6. The system of claim 4, wherein, The generation of the direction histogram of the pose data is performed by dividing the pose data into local regions, calculating the precision index value of each local region, and obtaining the average value of the precision index values of all local regions as the overall precision index value of the pose data; and the size and position of the local region are divided based on the principle of regional edge detail information.

7. The system of claim 6, wherein, The precision optimization process is performed by constructing a training data set based on the joint sample data, labeling the data in the training data set, and generating a precision level model based on the labeled sample joint data; the precision level model sets the precision threshold range corresponding to each type of joint to ensure that the precision index value of the pose data collected in the actual control process meets the requirements of control analysis.

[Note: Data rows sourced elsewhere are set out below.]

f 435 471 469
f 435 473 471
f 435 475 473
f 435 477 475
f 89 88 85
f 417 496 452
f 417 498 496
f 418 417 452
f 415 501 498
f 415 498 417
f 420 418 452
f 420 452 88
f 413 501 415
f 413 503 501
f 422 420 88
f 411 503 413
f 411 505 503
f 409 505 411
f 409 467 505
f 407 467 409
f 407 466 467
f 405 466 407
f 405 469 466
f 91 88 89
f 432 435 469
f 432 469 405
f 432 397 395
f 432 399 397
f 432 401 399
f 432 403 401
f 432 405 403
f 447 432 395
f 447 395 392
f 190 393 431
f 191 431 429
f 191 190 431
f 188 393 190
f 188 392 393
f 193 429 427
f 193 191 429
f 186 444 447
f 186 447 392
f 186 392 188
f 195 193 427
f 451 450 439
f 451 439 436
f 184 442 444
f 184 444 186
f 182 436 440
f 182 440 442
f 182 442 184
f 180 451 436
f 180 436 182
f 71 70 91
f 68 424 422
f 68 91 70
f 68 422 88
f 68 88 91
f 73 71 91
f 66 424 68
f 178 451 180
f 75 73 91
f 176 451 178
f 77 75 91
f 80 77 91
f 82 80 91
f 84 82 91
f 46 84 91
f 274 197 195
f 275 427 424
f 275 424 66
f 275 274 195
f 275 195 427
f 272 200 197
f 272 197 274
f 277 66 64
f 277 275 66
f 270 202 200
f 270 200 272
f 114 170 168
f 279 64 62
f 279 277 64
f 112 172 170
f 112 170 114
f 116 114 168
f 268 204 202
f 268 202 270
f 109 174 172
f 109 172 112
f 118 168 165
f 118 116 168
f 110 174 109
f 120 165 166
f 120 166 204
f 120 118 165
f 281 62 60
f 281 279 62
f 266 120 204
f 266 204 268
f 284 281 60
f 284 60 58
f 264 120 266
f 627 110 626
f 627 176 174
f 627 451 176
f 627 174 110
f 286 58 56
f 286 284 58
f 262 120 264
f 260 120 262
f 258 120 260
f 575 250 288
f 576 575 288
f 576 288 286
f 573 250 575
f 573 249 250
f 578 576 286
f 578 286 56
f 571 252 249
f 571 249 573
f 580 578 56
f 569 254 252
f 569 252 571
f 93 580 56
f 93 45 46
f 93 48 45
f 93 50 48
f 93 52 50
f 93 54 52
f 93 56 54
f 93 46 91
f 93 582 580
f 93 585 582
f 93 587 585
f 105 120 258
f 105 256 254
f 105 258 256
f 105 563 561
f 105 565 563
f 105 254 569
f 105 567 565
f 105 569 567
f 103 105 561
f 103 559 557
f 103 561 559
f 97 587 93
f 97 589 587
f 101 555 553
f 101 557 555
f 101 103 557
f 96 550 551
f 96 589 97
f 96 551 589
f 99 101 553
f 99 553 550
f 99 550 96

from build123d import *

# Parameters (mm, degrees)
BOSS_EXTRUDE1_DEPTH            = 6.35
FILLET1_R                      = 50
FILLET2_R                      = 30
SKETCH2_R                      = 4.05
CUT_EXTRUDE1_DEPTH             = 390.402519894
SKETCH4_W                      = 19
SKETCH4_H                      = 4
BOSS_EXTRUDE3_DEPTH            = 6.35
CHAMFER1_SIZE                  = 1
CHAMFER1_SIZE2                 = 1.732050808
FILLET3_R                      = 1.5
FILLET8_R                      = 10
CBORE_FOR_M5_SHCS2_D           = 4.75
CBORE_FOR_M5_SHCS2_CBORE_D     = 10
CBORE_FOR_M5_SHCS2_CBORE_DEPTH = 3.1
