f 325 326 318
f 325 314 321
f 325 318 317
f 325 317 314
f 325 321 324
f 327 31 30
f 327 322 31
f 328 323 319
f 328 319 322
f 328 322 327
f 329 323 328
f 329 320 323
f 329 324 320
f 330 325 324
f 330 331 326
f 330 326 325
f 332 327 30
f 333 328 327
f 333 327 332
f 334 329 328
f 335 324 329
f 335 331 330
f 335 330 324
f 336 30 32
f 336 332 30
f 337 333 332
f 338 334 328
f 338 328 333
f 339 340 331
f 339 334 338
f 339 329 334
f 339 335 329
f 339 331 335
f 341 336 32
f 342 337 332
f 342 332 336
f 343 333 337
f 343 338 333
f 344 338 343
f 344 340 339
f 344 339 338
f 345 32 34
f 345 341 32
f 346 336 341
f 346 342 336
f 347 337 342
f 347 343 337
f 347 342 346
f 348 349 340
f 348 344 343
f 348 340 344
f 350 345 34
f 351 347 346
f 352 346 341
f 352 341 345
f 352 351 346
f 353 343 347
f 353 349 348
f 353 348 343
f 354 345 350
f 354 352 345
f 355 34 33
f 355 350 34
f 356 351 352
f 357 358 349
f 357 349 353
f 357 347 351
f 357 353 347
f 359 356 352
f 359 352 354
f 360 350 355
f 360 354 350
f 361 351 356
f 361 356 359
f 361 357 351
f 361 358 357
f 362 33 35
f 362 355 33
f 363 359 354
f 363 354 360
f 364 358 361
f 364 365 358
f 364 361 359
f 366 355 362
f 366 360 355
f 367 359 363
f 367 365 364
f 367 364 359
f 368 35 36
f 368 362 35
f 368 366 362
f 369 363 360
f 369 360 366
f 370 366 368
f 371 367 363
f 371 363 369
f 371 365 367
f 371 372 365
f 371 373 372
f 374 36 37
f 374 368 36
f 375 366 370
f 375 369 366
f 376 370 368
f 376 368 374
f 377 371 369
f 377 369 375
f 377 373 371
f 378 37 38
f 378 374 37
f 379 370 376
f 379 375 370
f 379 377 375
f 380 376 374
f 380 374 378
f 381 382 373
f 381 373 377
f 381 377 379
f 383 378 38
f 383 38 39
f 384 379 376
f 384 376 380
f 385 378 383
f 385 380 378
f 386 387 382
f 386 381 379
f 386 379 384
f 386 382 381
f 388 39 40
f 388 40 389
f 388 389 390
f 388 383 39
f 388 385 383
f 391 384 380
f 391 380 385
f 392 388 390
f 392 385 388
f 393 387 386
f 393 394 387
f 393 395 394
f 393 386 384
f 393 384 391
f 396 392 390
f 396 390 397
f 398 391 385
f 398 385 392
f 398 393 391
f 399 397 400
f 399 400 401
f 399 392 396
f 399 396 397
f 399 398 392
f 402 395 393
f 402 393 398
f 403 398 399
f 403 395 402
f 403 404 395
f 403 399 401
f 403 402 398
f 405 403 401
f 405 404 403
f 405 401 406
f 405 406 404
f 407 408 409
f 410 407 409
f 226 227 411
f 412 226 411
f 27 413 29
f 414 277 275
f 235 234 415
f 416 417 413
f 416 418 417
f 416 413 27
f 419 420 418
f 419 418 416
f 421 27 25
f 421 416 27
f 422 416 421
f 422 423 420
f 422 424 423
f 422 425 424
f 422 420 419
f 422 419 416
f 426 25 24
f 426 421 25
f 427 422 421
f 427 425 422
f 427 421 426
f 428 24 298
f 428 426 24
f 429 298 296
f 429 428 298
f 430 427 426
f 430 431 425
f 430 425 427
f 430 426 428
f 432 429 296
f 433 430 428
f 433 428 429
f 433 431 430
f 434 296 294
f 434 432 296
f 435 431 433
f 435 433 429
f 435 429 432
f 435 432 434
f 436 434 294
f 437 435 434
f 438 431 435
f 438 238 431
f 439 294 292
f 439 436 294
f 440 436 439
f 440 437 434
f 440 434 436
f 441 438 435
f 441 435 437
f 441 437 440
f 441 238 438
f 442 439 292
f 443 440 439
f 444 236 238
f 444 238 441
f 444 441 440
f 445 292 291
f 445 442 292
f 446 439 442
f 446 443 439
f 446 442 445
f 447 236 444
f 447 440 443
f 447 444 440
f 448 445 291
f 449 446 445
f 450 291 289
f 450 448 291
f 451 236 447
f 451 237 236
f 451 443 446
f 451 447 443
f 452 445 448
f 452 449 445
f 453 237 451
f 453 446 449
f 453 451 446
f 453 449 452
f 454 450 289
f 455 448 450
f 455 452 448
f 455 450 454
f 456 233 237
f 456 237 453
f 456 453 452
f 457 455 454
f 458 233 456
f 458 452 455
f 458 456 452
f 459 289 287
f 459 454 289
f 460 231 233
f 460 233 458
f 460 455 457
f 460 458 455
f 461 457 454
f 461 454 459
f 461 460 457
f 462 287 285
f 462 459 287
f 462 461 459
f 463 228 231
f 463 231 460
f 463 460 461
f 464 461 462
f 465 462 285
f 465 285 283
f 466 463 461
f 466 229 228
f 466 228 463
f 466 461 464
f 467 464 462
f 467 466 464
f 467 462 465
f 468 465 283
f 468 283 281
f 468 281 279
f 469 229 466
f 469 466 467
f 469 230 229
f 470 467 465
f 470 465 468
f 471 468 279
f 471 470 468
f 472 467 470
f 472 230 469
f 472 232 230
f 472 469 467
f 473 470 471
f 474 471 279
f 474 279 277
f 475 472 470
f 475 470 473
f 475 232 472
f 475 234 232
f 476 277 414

8. The system of claim 2, wherein, The cycloid reducer is connected with the driving motor, the rotating power of the motor is transmitted to the inside of the reducer, and the relative meshing motion of the input end and the output end is completed according to the eccentricity of the column pin and the rolling tooth groove; the multi-tooth meshing is formed by the needle tooth shell and the cycloid wheel which are distributed in the outer periphery of the cycloid wheel assembly, and the power after reduction is output to the robot joint through the connection of the column pin and the cycloid wheel assembly.

9. The system of claim 6, wherein, The method for the precision optimization process is: Based on the precision index value of the pose data and the best compensation position information of the joint gimbal, the deviation details in the pose data are recovered by performing deconvolution processing on the pose data; Based on the requirements of control analysis in terms of torque and speed, and combined with the motor parameters of the robot platform, the torque correction and speed adjustment are performed on the pose data; the pose data after optimization processing is compared with the original collected pose data, and the parameter data of the optimization processing is recorded; Based on joint control, the main control device arranges and analyzes the collected pose data, extracts the key feature information of the joint, and compares and matches with the pre-stored joint database to complete the rapid identification and classification of the joint.

10. The system of claim 4, wherein, The main control device is built-in dynamic compensation mechanism, including compensation control subsystem based on pose feedback and deviation feedback: the compensation control subsystem of the pose feedback calculates the required compensation amount according to the direction and amplitude of the pose change, and drives the cycloid reducer assembly architecture to move a corresponding compensation distance in the rotating direction through the control of the motor drive architecture; the compensation control subsystem of the deviation feedback recalculates the actual deviation of the cycloid reducer and the target joint through the deviation change amount, and controls the motor drive architecture to perform compensation adjustment based on the corresponding compensation parameters selected from the compensation parameter database.

11. The system of claim 7, wherein, The precision level model establishes the energy efficiency characteristic curve by monitoring the power consumption of the motor drive architecture under different load and speed conditions, and selects the corresponding optimal control parameters based on the energy efficiency characteristic curve by the main control device.

12. The system of claim 1, wherein, The compensation parameter information library includes a set of compensation parameters corresponding to different working condition parameters, and is generated based on experimental calibration data and historical operation data, and is dynamically updated based on real-time feedback during operation.